TO DO: Among the entries below, find the line with "#82=ORIENTED_EDGE('',*,*,#81,.F.);", then quote it and each following line up to and including the line with "#105=PLANE('',#71);", and nothing else.

--------

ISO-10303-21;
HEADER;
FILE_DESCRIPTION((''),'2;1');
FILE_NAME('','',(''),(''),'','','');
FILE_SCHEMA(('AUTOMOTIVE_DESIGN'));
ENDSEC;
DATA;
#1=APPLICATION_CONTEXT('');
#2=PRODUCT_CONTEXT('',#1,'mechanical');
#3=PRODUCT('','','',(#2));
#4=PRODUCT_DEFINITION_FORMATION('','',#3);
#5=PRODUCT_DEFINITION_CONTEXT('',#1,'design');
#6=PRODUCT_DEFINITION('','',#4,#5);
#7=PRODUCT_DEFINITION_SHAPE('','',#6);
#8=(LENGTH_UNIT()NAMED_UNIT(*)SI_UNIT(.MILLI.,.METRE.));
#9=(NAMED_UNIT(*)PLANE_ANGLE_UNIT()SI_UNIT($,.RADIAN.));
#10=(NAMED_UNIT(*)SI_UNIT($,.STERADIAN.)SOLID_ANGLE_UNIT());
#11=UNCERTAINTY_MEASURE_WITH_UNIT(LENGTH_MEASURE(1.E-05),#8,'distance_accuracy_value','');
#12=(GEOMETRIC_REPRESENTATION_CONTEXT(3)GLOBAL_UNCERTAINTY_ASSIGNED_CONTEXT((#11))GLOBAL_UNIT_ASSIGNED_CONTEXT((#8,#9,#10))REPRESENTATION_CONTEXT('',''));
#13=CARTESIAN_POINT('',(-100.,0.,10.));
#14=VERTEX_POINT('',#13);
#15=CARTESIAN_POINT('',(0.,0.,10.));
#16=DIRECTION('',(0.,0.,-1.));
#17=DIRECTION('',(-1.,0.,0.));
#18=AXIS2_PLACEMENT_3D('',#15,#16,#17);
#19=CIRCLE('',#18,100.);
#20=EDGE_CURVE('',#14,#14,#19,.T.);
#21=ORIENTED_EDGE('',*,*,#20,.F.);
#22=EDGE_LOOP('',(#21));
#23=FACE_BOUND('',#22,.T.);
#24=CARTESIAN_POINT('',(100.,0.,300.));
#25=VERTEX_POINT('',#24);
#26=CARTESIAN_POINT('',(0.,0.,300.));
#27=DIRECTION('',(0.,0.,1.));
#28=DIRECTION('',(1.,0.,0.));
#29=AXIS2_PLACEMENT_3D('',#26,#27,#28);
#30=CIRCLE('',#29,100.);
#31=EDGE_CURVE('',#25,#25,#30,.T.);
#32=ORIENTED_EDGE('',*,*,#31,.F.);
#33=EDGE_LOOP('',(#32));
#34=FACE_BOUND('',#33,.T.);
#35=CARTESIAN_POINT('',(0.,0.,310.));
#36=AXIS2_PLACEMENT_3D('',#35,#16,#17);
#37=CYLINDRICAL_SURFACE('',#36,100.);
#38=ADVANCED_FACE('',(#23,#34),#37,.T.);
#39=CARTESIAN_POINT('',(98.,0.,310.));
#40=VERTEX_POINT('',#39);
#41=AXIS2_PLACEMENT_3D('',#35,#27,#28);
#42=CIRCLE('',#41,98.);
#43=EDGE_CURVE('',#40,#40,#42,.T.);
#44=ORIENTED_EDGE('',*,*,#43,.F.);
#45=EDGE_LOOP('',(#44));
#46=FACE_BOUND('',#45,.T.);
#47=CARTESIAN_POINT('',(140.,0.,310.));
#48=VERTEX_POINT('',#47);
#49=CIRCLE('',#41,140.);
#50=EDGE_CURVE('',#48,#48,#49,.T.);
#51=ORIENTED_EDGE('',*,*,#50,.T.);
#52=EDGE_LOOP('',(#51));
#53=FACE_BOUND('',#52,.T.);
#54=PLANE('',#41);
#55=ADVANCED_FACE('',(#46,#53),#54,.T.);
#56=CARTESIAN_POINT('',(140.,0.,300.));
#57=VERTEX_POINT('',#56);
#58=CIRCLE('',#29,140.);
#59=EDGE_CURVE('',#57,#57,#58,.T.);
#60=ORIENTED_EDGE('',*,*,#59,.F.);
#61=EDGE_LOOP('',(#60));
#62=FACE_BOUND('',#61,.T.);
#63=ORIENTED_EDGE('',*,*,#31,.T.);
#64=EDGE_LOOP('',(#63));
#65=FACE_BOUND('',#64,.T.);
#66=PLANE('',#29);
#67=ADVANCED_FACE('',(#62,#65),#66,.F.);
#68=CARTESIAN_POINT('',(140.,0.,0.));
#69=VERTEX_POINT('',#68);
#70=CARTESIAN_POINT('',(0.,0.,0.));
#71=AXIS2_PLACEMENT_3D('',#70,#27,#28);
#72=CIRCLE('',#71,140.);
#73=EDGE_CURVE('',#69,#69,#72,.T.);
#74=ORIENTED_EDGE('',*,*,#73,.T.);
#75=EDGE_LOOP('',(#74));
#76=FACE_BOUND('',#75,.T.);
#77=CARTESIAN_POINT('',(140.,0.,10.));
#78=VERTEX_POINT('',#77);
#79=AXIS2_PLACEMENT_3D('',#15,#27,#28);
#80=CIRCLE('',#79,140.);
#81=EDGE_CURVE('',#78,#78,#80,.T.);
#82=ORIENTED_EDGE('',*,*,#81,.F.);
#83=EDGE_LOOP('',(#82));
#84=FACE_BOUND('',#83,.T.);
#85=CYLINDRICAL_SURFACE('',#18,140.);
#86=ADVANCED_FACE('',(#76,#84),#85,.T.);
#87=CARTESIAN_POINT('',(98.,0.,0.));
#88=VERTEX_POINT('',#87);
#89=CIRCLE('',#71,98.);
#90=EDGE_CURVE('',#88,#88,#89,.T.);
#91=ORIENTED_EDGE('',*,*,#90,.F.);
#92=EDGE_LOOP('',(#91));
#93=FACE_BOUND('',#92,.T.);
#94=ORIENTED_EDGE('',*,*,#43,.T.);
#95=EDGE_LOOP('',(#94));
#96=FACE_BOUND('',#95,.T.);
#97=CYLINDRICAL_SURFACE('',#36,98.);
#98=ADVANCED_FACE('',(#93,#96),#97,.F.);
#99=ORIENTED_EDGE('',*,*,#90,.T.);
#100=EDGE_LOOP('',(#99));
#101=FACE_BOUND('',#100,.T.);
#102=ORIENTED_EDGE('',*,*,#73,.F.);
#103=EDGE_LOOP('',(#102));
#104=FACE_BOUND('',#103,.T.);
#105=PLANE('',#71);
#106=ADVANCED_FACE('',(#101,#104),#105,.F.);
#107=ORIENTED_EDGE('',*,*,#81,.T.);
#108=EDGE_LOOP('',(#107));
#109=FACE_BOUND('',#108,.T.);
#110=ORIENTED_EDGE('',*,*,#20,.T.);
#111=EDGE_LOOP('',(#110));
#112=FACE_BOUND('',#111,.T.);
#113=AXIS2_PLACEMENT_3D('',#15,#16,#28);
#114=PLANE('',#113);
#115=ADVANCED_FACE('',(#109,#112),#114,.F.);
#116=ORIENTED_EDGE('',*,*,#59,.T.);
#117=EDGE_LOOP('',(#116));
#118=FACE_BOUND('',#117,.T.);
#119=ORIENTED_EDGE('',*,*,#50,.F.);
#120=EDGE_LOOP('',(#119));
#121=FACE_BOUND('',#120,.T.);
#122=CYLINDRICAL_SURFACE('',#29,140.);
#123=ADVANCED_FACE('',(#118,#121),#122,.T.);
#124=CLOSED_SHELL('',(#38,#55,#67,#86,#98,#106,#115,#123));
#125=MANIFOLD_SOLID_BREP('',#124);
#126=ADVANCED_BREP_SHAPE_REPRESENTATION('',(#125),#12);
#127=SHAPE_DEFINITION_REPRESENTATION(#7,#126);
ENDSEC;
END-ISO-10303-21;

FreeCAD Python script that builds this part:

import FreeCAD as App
import Part
import Sketcher
from FreeCAD import Vector

doc = App.newDocument("Part")
body = doc.addObject("PartDesign::Body", "Body")

# Sketch on XY plane
sketch1 = doc.addObject("Sketcher::SketchObject", "Sketch")
body.addObject(sketch1)
sketch1.AttachmentSupport = (doc.XY_Plane, [""])
sketch1.MapMode = "FlatFace"
sketch1.addGeometry([
    Part.Circle(Vector(0, 0, 0), Vector(0, 0, 1), 100),
    Part.Circle(Vector(0, 0, 0), Vector(0, 0, 1), 98),
], False)
sketch1.addConstraint([
    Sketcher.Constraint("Coincident", 0, 3, -1, 1),
    Sketcher.Constraint("Coincident", 1, 3, -1, 1),
    Sketcher.Constraint("Diameter", 0, 200.0),
    Sketcher.Constraint("Diameter", 1, 196.0),
])
pad1 = doc.addObject("PartDesign::Pad", "Pad")
body.addObject(pad1)
pad1.Profile = sketch1
pad1.Length = 310

# Sketch on XY plane
sketch2 = doc.addObject("Sketcher::SketchObject", "Sketch001")
body.addObject(sketch2)
sketch2.AttachmentSupport = (doc.XY_Plane, [""])
sketch2.MapMode = "FlatFace"
sketch2.AttachmentOffset = App.Placement(Vector(0, 0, 310), App.Rotation())
sketch2.addGeometry([
    Part.Circle(Vector(0, 0, 0), Vector(0, 0, 1), 140),
    Part.Circle(Vector(0, 0, 0), Vector(0, 0, 1), 100),
], False)
sketch2.addConstraint([
    Sketcher.Constraint("Coincident", 0, 3, -1, 1),
    Sketcher.Constraint("Coincident", 1, 3, -1, 1),
    Sketcher.Constraint("Diameter", 0, 280.0),
    Sketcher.Constraint("Diameter", 1, 200.0),
])
pad2 = doc.addObject("PartDesign::Pad", "Pad001")
body.addObject(pad2)
pad2.Profile = sketch2
pad2.Length = 10
pad2.Reversed = True
doc.recompute()

datumplane = doc.addObject("PartDesign::Plane", "DatumPlane")
body.addObject(datumplane)
datumplane.AttachmentSupport = (doc.XY_Plane, [""])
datumplane.MapMode = "FlatFace"
datumplane.AttachmentOffset = App.Placement(Vector(0, 0, 155), App.Rotation())
mirrored = doc.addObject("PartDesign::Mirrored", "Mirrored")
body.addObject(mirrored)
mirrored.Originals = [pad2]
mirrored.MirrorPlane = (datumplane, [""])
body.Tip = mirrored

doc.recompute()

--------

RESPONSE AREA:
#82=ORIENTED_EDGE('',*,*,#81,.F.);
#83=EDGE_LOOP('',(#82));
#84=FACE_BOUND('',#83,.T.);
#85=CYLINDRICAL_SURFACE('',#18,140.);
#86=ADVANCED_FACE('',(#76,#84),#85,.T.);
#87=CARTESIAN_POINT('',(98.,0.,0.));
#88=VERTEX_POINT('',#87);
#89=CIRCLE('',#71,98.);
#90=EDGE_CURVE('',#88,#88,#89,.T.);
#91=ORIENTED_EDGE('',*,*,#90,.F.);
#92=EDGE_LOOP('',(#91));
#93=FACE_BOUND('',#92,.T.);
#94=ORIENTED_EDGE('',*,*,#43,.T.);
#95=EDGE_LOOP('',(#94));
#96=FACE_BOUND('',#95,.T.);
#97=CYLINDRICAL_SURFACE('',#36,98.);
#98=ADVANCED_FACE('',(#93,#96),#97,.F.);
#99=ORIENTED_EDGE('',*,*,#90,.T.);
#100=EDGE_LOOP('',(#99));
#101=FACE_BOUND('',#100,.T.);
#102=ORIENTED_EDGE('',*,*,#73,.F.);
#103=EDGE_LOOP('',(#102));
#104=FACE_BOUND('',#103,.T.);
#105=PLANE('',#71);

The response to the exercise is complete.